Allocation concealment (selection bias) Low risk "Participants were randomized by a research assistant. The investigators were masked as to the randomized sequence."
Blinding (performance bias and detection bias)
Investigators High risk Masking for study personnel could not be done due to the nature of intervention.
Blinding (performance bias and detection bias)
Participants Unclear risk Masking for participants was not described.
Blinding (performance bias and detection bias)
Personnel Low risk Measurements were performed by an orthoptist who mas masked. "Final (> 6 months) evaluations were performed by one of the investigators and by an orthoptist who was masked to the treatment assignment."

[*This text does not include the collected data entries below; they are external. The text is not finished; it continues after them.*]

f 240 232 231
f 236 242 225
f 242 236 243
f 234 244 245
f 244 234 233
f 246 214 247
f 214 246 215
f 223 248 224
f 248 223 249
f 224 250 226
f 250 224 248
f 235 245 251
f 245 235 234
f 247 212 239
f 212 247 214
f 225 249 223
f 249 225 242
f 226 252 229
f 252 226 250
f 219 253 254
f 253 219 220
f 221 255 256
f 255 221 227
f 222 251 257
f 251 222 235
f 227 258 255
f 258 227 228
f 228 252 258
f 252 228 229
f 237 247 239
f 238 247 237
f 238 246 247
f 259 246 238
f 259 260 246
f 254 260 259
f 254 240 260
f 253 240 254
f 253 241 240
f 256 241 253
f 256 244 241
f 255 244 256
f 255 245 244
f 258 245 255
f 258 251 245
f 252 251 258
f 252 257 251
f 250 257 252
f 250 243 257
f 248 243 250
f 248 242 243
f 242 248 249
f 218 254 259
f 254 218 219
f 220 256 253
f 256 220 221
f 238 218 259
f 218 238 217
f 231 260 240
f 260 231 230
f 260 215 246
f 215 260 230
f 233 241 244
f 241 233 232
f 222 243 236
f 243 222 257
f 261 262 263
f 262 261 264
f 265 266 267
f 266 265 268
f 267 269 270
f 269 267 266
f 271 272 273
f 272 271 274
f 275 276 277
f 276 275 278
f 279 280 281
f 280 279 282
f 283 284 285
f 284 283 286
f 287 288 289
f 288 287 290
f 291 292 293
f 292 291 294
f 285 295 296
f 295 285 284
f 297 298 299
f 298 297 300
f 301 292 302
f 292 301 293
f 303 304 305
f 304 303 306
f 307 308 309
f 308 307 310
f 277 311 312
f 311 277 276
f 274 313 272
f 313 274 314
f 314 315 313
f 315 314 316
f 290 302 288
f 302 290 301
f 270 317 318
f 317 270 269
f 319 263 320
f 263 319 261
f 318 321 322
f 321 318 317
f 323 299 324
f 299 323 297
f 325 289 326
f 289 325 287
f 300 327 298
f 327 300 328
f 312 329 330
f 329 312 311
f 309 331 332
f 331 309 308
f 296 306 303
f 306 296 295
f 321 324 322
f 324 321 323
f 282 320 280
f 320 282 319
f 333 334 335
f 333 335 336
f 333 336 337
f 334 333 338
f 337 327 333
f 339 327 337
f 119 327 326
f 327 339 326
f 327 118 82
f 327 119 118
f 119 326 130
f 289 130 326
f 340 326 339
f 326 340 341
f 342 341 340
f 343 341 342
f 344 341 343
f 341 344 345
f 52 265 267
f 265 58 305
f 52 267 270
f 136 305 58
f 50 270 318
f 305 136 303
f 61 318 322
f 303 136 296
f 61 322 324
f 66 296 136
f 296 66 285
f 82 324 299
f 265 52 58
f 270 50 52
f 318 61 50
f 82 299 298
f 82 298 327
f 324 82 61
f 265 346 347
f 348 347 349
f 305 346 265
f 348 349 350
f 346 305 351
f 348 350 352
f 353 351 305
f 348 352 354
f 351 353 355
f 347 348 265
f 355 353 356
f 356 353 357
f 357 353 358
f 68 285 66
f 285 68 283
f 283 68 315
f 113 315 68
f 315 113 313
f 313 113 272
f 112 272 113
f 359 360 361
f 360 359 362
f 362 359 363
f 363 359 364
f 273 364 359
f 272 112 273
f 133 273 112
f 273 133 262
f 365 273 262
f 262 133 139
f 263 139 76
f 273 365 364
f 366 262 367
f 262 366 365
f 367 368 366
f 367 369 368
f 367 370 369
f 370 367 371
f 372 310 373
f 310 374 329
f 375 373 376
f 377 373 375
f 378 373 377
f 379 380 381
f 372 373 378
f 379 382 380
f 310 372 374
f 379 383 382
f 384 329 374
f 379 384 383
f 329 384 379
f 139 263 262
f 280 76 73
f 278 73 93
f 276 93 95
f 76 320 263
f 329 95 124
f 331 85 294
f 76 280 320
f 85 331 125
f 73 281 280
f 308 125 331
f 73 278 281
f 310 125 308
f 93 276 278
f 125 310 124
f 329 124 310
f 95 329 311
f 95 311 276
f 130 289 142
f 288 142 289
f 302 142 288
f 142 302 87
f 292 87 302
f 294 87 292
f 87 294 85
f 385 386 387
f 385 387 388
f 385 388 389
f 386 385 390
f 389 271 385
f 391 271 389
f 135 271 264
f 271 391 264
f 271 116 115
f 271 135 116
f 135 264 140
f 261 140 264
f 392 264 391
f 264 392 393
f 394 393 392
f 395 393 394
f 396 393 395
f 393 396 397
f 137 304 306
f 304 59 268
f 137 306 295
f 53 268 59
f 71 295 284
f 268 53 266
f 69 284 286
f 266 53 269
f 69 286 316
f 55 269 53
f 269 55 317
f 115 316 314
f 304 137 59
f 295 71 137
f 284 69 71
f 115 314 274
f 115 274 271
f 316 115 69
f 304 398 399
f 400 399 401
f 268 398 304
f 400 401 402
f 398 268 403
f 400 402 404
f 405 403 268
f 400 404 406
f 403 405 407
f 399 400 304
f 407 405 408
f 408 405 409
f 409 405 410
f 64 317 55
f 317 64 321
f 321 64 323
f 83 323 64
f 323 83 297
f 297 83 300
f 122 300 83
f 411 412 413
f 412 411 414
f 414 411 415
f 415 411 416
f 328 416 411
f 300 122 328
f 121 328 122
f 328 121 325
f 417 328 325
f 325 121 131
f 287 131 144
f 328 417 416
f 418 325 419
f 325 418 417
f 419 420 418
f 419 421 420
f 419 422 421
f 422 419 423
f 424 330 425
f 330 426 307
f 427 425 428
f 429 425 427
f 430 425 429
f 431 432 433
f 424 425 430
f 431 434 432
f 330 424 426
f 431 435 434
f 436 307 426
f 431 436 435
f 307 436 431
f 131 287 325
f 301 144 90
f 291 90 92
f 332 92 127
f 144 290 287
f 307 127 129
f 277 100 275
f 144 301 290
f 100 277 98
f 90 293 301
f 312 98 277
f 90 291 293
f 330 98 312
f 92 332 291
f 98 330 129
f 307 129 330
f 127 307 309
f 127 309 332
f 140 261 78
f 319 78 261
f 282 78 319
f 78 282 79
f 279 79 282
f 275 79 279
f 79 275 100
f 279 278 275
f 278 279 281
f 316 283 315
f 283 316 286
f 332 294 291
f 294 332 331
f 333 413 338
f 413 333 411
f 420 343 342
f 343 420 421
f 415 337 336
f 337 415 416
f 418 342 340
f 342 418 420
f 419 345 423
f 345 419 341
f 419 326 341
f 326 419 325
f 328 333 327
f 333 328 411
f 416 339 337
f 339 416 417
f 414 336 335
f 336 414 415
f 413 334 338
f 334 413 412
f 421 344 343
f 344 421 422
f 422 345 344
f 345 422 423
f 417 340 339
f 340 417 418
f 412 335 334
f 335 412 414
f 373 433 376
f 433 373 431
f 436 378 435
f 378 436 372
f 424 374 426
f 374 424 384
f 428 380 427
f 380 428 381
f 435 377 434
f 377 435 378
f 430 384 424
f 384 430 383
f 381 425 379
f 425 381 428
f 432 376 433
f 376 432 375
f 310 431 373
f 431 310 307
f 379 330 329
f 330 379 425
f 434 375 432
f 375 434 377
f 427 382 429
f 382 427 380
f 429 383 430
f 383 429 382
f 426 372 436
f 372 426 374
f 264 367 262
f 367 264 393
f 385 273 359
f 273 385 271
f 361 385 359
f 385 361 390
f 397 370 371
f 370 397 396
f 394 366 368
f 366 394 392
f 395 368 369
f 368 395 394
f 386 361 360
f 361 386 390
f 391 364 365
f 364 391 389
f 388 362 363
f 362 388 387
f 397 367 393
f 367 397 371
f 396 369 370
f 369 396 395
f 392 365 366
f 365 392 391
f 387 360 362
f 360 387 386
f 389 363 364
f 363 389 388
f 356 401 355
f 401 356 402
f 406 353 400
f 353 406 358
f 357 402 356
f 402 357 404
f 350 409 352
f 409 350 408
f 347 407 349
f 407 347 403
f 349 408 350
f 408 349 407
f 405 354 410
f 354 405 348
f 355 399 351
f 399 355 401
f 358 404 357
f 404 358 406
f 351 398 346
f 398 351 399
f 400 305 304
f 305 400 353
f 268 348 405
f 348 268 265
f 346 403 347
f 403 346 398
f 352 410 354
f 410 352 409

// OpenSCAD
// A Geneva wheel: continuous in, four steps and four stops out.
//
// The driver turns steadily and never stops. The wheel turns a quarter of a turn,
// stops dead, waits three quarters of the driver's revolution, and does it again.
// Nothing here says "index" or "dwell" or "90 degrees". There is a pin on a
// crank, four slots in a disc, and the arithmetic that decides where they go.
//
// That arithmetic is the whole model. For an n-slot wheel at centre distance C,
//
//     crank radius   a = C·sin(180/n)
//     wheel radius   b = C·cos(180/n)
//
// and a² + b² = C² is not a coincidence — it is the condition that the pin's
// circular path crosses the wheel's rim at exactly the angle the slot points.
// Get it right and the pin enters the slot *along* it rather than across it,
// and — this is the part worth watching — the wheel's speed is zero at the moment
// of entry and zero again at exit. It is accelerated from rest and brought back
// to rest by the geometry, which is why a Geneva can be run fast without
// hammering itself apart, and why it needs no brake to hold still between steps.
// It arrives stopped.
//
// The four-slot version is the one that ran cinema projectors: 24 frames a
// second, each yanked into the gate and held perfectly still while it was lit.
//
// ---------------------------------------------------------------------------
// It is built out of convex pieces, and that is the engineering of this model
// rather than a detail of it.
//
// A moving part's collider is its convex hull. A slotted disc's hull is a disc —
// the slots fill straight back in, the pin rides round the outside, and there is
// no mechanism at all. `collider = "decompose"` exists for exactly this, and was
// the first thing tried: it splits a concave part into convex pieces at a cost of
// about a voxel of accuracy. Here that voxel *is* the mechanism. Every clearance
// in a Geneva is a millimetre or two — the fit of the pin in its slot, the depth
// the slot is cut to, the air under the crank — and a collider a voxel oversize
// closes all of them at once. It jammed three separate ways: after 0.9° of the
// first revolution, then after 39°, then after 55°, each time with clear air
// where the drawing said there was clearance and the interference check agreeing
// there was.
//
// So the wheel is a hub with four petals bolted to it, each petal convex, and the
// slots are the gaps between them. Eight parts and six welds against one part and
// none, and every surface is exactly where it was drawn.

Incomplete outcome data (attrition bias)
All outcomes Low risk There were no missing outcome data.
Selective reporting (reporting bias) Unclear risk Neither protocol nor trial register was publicly available.
Other bias Unclear risk The planned sample size was 150, but only 30 participants were eventually enrolled. This resulted in small numbers of participants across each trial group. The mix of esotropia and exotropia participants further reduced numbers for comparison, as these may respond differently to use of botulinum toxin or surgery.
The Hollow 25 gauge, attached to the end of the tuberculin syringe, was supplied by Smith Kettlewell Institute of Visual Sciences, San Francisco, California. Oculinum was also supplied by Aland B Scott MD through the Smith Kettlewll Institute.